··· Task data

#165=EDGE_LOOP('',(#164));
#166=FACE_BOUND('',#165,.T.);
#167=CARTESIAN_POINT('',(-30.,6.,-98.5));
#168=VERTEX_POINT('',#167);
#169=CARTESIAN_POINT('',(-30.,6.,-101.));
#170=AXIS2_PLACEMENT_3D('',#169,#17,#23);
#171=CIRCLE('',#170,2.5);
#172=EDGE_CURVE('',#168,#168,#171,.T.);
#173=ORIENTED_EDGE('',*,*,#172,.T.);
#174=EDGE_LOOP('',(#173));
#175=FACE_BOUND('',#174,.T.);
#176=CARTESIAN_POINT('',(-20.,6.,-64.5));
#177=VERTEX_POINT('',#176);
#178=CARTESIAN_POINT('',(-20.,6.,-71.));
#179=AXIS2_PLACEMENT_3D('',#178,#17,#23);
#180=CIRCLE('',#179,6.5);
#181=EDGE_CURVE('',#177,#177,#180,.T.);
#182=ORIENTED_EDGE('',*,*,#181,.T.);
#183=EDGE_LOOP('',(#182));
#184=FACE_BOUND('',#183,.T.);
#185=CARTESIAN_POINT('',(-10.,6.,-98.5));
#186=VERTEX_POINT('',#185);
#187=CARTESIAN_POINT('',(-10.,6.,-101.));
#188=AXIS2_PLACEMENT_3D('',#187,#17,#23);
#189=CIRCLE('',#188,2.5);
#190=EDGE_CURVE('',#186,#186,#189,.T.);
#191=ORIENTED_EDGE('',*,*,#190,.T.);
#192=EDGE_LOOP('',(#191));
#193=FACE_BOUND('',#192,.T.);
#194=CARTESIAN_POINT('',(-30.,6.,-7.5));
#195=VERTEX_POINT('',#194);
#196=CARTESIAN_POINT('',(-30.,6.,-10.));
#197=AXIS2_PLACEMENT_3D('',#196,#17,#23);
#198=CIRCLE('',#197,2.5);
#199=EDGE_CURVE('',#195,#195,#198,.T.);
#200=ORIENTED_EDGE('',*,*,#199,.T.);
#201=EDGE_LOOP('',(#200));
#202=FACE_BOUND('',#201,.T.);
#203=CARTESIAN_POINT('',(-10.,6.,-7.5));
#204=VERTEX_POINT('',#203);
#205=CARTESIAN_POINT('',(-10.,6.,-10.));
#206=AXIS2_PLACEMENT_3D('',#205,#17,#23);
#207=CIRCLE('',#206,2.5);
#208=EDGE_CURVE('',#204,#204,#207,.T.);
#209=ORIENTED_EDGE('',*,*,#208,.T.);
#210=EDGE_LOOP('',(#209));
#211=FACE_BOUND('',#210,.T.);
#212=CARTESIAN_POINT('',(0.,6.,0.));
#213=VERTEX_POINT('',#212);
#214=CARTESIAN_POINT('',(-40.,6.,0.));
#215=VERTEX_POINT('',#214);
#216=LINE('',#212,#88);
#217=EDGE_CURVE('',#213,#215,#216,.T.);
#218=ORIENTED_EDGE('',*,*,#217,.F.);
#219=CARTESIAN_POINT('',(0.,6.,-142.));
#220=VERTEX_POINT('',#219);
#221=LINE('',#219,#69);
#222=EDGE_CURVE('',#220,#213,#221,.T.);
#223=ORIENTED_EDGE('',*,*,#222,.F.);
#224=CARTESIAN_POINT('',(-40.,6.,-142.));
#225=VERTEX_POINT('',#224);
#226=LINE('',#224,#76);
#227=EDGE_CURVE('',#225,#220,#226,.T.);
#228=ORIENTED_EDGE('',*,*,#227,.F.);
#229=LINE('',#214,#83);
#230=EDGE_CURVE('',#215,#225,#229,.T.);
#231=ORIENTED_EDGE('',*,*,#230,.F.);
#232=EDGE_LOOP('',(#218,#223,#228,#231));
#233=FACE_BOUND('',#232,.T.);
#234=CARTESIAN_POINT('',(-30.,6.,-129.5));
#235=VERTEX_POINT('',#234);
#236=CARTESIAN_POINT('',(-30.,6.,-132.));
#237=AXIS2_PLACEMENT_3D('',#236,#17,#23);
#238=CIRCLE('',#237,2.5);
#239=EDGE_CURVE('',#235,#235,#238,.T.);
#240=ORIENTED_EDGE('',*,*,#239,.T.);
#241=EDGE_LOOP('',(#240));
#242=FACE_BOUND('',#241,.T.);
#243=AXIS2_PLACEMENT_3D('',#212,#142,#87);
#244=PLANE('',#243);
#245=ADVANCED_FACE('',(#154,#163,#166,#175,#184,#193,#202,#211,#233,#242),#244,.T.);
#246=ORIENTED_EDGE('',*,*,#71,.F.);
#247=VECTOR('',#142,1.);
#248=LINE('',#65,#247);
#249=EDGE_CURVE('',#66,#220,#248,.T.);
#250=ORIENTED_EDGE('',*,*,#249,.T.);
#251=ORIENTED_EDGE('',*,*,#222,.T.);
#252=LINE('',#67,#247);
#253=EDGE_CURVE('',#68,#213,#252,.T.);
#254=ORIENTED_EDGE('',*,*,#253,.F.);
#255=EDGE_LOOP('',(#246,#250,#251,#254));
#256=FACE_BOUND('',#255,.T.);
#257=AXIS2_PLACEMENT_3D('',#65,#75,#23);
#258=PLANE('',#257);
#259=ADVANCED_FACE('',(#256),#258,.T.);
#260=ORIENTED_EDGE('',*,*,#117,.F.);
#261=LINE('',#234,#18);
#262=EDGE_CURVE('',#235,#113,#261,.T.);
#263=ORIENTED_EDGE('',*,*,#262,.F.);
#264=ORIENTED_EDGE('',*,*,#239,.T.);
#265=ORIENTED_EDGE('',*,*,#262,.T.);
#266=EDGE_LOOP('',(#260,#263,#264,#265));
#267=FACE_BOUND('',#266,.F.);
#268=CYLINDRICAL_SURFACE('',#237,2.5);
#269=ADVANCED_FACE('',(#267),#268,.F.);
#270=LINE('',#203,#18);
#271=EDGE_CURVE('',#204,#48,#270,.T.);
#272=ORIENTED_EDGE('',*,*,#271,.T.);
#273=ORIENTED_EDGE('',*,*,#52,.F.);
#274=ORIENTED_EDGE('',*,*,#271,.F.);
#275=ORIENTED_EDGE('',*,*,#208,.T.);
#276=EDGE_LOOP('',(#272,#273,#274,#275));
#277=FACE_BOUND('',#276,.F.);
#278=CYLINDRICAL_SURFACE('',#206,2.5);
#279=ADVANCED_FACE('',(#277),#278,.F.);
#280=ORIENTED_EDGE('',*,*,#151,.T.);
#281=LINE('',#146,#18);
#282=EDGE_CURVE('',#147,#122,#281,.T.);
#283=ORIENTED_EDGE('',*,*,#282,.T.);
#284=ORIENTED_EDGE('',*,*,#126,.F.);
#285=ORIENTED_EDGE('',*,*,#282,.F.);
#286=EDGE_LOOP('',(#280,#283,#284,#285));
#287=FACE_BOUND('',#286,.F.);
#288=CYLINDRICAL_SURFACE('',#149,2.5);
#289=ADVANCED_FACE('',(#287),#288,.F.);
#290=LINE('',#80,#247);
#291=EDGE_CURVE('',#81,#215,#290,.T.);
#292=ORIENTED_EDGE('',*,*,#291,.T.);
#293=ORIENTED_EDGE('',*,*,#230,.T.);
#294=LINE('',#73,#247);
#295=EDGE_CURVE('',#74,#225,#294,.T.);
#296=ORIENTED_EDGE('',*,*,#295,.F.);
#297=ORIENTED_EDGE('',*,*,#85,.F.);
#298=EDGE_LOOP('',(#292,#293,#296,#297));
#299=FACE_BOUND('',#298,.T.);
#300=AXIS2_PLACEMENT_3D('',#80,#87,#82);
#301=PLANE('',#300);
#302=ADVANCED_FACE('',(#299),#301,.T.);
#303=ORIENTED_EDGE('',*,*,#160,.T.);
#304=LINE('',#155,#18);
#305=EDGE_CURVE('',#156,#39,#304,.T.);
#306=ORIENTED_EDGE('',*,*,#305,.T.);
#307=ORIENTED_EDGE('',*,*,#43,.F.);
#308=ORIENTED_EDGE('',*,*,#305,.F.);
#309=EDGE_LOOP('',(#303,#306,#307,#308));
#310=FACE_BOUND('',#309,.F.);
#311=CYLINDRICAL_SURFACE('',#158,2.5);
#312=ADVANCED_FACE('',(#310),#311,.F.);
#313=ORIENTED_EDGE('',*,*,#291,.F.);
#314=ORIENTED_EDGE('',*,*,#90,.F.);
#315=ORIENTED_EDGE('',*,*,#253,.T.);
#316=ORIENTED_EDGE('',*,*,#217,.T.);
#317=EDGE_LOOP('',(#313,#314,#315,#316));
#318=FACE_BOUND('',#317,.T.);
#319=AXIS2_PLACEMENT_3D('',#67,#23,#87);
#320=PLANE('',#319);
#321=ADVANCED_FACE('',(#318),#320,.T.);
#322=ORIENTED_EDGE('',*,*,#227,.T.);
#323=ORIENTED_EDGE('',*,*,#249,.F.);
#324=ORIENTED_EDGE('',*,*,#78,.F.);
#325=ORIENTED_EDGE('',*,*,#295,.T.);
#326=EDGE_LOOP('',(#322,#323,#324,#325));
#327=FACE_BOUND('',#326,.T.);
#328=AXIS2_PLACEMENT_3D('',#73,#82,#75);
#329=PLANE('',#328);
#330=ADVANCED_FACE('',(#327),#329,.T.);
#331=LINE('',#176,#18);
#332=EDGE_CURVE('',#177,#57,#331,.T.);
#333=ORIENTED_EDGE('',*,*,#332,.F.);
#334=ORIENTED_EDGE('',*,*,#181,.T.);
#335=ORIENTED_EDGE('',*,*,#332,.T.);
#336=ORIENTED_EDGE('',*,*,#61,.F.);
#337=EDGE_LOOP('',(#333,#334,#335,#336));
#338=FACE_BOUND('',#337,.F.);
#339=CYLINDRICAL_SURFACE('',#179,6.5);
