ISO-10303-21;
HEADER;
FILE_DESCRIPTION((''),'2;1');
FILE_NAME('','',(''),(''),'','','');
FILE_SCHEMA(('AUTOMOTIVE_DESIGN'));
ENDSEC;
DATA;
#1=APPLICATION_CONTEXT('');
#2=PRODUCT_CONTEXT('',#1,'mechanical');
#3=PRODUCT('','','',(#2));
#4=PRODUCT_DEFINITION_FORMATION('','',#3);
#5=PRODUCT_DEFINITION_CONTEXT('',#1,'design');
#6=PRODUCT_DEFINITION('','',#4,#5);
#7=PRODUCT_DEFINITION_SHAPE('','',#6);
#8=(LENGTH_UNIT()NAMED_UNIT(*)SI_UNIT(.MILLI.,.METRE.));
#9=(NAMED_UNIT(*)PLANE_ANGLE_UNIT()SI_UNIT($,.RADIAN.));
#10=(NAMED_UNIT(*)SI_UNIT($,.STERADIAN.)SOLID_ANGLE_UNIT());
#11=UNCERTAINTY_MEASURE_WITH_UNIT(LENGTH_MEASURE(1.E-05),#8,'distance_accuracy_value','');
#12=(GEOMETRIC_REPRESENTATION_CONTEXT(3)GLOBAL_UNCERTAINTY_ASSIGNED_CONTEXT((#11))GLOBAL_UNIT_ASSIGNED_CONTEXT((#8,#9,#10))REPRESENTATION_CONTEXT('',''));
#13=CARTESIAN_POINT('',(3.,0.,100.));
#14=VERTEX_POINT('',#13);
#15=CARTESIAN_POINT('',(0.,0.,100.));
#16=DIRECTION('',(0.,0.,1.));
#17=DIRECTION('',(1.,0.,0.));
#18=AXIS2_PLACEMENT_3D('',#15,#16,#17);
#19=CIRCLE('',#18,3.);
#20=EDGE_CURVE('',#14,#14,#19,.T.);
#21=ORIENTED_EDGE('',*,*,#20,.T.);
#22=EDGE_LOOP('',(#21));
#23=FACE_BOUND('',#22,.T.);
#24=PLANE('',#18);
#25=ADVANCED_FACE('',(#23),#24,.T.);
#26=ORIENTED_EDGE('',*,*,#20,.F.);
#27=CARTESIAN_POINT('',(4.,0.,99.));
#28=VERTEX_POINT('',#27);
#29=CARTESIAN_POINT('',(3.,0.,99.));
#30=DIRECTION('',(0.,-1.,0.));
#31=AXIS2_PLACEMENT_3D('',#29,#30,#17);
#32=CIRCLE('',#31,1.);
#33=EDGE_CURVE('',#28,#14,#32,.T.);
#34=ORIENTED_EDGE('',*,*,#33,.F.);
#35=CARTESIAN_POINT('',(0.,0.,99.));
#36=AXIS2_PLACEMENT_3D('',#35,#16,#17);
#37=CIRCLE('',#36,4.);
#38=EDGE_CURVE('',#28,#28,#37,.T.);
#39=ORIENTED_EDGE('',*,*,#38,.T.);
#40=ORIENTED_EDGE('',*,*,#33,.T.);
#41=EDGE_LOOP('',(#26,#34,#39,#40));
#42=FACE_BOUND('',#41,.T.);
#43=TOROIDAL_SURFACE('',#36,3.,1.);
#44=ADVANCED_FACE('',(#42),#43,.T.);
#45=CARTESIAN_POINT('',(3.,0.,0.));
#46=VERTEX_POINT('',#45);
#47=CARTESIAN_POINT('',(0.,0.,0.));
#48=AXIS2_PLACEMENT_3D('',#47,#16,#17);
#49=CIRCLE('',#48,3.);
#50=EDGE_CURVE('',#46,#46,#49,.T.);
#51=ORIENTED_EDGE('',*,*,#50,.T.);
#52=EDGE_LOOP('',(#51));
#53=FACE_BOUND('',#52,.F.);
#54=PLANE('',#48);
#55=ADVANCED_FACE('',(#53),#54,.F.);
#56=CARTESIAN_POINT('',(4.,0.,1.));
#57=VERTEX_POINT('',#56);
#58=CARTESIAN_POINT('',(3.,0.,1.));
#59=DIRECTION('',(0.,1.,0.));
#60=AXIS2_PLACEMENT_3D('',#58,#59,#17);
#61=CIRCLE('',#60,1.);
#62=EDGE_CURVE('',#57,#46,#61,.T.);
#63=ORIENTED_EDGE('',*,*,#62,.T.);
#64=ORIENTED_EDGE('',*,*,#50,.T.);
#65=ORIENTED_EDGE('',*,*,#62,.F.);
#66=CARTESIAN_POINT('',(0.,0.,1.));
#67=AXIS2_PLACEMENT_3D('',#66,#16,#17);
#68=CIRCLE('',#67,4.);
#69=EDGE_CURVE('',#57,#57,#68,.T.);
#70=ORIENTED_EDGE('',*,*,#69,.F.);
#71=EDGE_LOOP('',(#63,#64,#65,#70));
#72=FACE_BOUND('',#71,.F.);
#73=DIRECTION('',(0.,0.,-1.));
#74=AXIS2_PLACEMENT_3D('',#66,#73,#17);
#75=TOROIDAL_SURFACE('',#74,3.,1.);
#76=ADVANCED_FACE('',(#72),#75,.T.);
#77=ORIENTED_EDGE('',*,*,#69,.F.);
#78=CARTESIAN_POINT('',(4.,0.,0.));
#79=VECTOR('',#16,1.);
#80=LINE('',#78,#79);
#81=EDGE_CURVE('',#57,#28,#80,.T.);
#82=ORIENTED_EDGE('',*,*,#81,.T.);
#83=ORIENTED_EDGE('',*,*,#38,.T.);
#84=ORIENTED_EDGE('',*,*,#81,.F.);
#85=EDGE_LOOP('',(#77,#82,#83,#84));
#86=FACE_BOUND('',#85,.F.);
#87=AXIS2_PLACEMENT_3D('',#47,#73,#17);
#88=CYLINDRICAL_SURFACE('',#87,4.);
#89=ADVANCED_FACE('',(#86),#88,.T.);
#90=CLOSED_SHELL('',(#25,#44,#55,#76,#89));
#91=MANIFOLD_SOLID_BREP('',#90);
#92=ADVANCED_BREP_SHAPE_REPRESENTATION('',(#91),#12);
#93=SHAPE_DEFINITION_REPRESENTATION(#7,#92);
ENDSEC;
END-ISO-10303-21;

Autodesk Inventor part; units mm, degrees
ref_plane "YZ Plane" through (0, 0, 0) normal (1, 0, 0) x (0, 1, 0)
ref_plane "XZ Plane" through (0, 0, 0) normal (0, 1, 0) x (-1, 0, 0)
ref_plane "XY Plane" through (0, 0, 0) normal (0, 0, 1) x (1, 0, 0)
sketch "Sketch1" plane through (0, 0, 0) normal (0, 0, 1) x (1, 0, 0)
  circle A0 centre (0, 0) radius 4
  dimension "d0" = 8
extrude "Extrusion1" add sketch "Sketch1" along normal blind 100
fillet "Fillet1" radius 1 2 edges at (-4, 0, 100) (-4, 0, 0)
properties part number "Steel Rod 8mm x 115mm" material "Stainless Steel"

······

→ **Your assignment**:
Beginning at the top of the data, extract each line through the line containing "#177=VERTEX_POINT('',#176);" and return those lines exactly, with nothing added.

→ **Exercise response**:
#165=EDGE_LOOP('',(#164));
#166=FACE_BOUND('',#165,.T.);
#167=CARTESIAN_POINT('',(-30.,6.,-98.5));
#168=VERTEX_POINT('',#167);
#169=CARTESIAN_POINT('',(-30.,6.,-101.));
#170=AXIS2_PLACEMENT_3D('',#169,#17,#23);
#171=CIRCLE('',#170,2.5);
#172=EDGE_CURVE('',#168,#168,#171,.T.);
#173=ORIENTED_EDGE('',*,*,#172,.T.);
#174=EDGE_LOOP('',(#173));
#175=FACE_BOUND('',#174,.T.);
#176=CARTESIAN_POINT('',(-20.,6.,-64.5));
#177=VERTEX_POINT('',#176);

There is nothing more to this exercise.